System is ubuntu 20.04 GPU is RTX 2060 12 GB NVIDIA-SMI 525.60.11 CUDA V11.6.124 CuDNN 8.4.1 thanks for the help ;-)

damsport11 avatar Jan 11 '23 15:01 damsport11

FWIW, I bind mounted /usr/local/cuda-11.7/targets/x86_64-linux/lib/libnvrtc.so.11.7.99 from the host side to /usr/local/lib/python3.9/dist-packages/nvidia/cudnn/lib/libnvrtc.so in the container and everything came to life with detections working, etc.
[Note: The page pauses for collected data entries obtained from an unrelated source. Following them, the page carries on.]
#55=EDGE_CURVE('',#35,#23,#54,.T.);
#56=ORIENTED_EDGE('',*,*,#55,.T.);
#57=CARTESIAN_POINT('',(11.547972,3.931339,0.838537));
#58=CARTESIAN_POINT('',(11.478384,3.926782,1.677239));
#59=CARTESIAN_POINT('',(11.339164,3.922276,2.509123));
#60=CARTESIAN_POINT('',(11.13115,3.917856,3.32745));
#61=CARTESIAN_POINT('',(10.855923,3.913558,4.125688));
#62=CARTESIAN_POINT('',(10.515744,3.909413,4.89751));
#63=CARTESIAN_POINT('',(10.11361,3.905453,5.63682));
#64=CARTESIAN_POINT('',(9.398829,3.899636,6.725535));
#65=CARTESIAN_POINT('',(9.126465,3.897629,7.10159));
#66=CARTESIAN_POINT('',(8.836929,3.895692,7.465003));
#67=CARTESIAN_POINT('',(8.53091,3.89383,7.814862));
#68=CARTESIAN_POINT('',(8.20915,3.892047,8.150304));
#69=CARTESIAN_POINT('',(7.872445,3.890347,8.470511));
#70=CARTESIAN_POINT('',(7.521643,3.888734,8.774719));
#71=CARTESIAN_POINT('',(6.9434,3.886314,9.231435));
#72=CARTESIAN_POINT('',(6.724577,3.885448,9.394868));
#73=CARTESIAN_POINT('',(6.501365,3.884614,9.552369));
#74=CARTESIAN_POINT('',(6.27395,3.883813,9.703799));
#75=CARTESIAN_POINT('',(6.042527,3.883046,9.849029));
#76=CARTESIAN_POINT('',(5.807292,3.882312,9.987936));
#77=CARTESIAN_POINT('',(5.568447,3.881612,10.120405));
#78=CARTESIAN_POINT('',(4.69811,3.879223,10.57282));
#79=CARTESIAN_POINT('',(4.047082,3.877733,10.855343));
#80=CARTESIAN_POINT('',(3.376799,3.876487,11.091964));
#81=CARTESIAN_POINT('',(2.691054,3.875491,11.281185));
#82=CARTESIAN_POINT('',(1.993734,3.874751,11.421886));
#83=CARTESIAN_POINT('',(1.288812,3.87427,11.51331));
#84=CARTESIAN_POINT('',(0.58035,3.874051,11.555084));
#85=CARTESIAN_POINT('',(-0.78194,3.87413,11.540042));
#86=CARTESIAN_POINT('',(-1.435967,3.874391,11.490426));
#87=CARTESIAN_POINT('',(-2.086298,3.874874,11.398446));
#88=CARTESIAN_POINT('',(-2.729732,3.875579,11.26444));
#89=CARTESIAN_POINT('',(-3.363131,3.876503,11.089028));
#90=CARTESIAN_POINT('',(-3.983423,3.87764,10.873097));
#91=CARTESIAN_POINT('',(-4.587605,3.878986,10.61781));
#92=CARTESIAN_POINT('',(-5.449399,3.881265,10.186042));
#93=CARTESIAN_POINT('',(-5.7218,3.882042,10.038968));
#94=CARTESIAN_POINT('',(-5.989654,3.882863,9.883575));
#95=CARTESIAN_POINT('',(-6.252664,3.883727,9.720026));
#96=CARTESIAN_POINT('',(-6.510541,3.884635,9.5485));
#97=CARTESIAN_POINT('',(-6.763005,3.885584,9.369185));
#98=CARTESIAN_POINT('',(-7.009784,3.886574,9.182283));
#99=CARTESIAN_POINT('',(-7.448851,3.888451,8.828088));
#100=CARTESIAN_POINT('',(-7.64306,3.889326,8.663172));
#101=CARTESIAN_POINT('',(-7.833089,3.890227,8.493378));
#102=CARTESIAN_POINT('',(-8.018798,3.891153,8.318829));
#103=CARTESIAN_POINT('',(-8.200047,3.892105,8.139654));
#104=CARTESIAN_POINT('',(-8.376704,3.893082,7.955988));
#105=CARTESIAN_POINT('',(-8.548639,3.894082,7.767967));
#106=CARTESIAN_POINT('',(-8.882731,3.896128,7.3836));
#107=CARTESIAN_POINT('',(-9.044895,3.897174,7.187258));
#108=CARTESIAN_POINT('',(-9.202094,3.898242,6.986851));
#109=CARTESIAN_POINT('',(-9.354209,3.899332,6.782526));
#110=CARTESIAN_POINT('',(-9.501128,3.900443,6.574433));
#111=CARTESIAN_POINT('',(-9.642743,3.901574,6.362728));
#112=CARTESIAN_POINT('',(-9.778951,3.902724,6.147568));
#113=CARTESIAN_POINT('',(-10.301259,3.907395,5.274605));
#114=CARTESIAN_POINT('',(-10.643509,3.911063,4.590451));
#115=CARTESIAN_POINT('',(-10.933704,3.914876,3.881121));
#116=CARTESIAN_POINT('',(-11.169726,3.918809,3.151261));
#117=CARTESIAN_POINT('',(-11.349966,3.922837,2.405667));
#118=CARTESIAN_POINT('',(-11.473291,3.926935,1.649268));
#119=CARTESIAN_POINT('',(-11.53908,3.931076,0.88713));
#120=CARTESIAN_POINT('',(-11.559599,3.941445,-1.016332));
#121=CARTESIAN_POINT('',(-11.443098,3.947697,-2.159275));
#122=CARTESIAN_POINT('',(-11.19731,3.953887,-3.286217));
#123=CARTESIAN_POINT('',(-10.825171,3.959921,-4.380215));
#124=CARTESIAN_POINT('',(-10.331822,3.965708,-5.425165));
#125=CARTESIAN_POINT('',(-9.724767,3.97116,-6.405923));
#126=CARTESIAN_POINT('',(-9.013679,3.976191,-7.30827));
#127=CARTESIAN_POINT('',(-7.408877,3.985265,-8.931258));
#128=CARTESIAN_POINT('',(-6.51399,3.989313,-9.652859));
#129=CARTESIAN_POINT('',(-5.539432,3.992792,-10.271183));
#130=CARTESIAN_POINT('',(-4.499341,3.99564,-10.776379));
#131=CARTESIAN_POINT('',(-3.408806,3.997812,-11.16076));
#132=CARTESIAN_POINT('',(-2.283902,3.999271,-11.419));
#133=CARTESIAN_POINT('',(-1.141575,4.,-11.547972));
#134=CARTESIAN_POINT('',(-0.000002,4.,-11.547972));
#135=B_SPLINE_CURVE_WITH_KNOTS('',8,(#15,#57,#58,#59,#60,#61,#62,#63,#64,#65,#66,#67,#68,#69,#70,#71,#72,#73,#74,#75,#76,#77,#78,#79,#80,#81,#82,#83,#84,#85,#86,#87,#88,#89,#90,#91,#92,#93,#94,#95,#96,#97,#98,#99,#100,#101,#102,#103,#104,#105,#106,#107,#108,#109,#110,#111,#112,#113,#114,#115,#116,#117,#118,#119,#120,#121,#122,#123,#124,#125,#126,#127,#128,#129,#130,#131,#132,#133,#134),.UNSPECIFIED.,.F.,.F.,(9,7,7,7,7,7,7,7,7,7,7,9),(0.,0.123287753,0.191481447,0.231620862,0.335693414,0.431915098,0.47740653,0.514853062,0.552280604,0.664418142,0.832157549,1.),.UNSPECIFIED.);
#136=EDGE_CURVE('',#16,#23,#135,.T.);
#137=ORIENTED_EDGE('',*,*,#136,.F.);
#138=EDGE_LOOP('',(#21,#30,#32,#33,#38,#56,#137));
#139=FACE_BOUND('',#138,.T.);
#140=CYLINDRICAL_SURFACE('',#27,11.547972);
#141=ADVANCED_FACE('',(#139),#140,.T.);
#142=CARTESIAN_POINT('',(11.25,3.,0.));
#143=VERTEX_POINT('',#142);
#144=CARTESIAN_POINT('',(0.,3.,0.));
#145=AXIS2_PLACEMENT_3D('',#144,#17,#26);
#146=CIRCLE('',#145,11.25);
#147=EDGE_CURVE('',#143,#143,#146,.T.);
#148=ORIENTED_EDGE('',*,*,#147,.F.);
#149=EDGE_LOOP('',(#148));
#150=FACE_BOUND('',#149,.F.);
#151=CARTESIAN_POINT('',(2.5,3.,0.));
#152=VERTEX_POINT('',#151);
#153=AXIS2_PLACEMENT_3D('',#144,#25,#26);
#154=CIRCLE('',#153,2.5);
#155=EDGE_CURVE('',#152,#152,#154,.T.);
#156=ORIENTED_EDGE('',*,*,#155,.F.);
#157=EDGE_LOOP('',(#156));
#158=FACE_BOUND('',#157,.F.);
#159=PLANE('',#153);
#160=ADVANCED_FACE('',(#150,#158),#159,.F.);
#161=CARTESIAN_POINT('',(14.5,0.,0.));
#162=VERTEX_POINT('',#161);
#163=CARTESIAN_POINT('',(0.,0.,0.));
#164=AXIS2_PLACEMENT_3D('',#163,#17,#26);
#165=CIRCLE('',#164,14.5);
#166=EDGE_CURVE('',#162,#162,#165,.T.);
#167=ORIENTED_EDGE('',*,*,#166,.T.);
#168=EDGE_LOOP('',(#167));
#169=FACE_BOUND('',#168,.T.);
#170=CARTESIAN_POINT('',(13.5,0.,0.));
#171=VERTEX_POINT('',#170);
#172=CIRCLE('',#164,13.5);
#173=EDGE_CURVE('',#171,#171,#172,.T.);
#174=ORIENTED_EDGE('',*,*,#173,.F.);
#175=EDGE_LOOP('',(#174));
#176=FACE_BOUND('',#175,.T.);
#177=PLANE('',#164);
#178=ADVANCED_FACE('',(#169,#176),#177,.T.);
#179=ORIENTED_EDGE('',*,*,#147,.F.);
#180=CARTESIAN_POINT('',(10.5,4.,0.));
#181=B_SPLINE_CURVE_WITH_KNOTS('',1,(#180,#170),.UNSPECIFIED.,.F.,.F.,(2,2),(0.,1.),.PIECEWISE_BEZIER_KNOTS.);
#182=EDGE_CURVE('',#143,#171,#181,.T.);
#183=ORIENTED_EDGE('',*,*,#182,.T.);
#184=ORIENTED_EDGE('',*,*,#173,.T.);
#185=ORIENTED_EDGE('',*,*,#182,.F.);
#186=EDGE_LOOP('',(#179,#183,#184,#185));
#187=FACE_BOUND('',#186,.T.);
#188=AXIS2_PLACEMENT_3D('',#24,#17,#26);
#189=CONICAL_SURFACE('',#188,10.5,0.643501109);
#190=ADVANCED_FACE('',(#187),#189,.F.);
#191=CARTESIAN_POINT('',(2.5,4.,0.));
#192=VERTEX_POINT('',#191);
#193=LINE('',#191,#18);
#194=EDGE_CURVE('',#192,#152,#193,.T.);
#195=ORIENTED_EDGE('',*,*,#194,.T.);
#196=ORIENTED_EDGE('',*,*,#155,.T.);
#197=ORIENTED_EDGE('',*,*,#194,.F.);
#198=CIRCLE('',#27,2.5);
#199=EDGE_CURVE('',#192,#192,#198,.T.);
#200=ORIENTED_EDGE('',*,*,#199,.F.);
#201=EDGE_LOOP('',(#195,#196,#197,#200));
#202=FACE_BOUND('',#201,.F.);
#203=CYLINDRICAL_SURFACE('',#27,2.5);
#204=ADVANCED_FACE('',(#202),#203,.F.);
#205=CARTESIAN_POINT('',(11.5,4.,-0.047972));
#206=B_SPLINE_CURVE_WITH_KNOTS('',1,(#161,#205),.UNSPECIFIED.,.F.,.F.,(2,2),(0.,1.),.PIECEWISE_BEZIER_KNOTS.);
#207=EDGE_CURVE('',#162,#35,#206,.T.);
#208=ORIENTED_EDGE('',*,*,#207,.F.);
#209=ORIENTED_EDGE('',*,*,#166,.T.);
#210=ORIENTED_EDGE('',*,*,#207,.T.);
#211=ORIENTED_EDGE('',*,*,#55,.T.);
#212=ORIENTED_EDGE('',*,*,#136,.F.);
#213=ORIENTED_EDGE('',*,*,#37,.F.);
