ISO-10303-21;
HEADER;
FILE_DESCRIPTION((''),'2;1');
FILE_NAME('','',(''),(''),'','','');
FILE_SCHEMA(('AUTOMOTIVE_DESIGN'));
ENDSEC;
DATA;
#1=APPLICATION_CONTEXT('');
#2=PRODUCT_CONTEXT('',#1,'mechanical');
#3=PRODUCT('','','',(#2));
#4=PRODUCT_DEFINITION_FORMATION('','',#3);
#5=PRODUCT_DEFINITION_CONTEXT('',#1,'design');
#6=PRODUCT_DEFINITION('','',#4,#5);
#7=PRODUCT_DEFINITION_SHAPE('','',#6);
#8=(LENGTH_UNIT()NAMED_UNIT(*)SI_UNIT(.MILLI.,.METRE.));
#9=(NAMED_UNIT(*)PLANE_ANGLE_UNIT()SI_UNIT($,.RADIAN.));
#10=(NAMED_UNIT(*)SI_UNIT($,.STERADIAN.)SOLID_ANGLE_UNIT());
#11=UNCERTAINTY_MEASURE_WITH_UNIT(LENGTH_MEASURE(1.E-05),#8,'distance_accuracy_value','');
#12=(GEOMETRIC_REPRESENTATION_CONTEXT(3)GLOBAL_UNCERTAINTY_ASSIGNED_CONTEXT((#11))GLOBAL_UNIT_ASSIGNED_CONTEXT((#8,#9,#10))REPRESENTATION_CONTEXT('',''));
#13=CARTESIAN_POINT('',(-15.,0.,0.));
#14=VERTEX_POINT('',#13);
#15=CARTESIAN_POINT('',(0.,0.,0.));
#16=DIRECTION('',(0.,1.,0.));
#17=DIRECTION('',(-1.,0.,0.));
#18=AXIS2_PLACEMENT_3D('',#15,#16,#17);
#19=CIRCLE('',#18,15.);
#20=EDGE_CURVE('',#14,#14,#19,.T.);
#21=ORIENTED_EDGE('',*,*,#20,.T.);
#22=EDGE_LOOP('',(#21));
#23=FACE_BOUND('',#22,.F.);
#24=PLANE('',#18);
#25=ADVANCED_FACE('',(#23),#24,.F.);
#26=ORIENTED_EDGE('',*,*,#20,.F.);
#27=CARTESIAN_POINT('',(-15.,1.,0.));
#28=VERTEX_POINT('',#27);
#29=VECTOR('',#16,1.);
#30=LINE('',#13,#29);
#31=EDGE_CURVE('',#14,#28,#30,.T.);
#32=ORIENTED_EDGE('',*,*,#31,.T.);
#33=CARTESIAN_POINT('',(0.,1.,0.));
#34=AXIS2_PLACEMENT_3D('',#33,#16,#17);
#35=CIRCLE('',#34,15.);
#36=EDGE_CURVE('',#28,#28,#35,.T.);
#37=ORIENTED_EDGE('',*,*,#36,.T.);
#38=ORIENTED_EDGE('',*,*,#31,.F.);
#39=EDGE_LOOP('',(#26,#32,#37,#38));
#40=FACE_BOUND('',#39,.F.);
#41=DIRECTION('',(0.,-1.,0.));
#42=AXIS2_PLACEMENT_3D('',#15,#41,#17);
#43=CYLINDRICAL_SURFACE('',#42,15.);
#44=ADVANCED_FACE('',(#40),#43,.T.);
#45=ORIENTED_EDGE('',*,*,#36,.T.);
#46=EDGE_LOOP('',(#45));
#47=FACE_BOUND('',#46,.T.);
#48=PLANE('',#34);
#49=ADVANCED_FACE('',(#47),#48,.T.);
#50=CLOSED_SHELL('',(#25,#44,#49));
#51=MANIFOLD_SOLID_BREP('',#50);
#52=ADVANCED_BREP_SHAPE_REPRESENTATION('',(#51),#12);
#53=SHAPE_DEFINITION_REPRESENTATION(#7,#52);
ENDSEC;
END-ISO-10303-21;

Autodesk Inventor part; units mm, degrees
ref_plane "YZ Plane" through (0, 0, 0) normal (1, 0, 0) x (0, 1, 0)
ref_plane "XZ Plane" through (0, 0, 0) normal (0, 1, 0) x (-1, 0, 0)
ref_plane "XY Plane" through (0, 0, 0) normal (0, 0, 1) x (1, 0, 0)
sketch "Sketch1" plane through (0, 0, 0) normal (0, 1, 0) x (-1, 0, 0)
  circle A0 centre (0, 0) radius 15
  dimension "d0" = 30
extrude "Extrusion1" add sketch "Sketch1" along normal blind 1
properties part number "kolo-atrapa" material "Glass"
Just not sure if that if that should be magically getting passed in via some more official mechanism. :)

Codelica avatar Jan 11 '23 15:01 Codelica

yes i can confirm this is a workaround ;-)

damsport11 avatar Jan 11 '23 15:01 damsport11

Can you see if you are able to update the CUDA libraries on your host?

NateMeyer avatar Jan 12 '23 04:01 NateMeyer

I could give it a shot tonight, but what should I target? I'm at 11.7.0 currently so there is 11.7.1, 11.8.0 or 12.0.0.

Codelica avatar Jan 12 '23 16:01 Codelica

I believe the image is pulling in 11.7.1 libraries, so I would expect 11.7.1 to work. The 11.x drivers are supposed to be backwards compatible, so installing 11.8 shouldn't hurt. I've done my testing with 12.0 installed, and it worked fine with the 11.7.1 runtime libraries in the image.

So I would expect any of them to work. Would you mind stepping through them? If 11.7.1 works, we could add that to the documentation as a minimum version needed. I'll see if I can do similar testing this weekend.

NateMeyer avatar Jan 12 '23 18:01 NateMeyer

I have the same issue even with 12.0 installed on my host. Initially I didnt have the nvrtc libs installed on my host, but even after installing it only the above mentioned workaround with bind mounting libnvrtc.so.12 into the container worked for me.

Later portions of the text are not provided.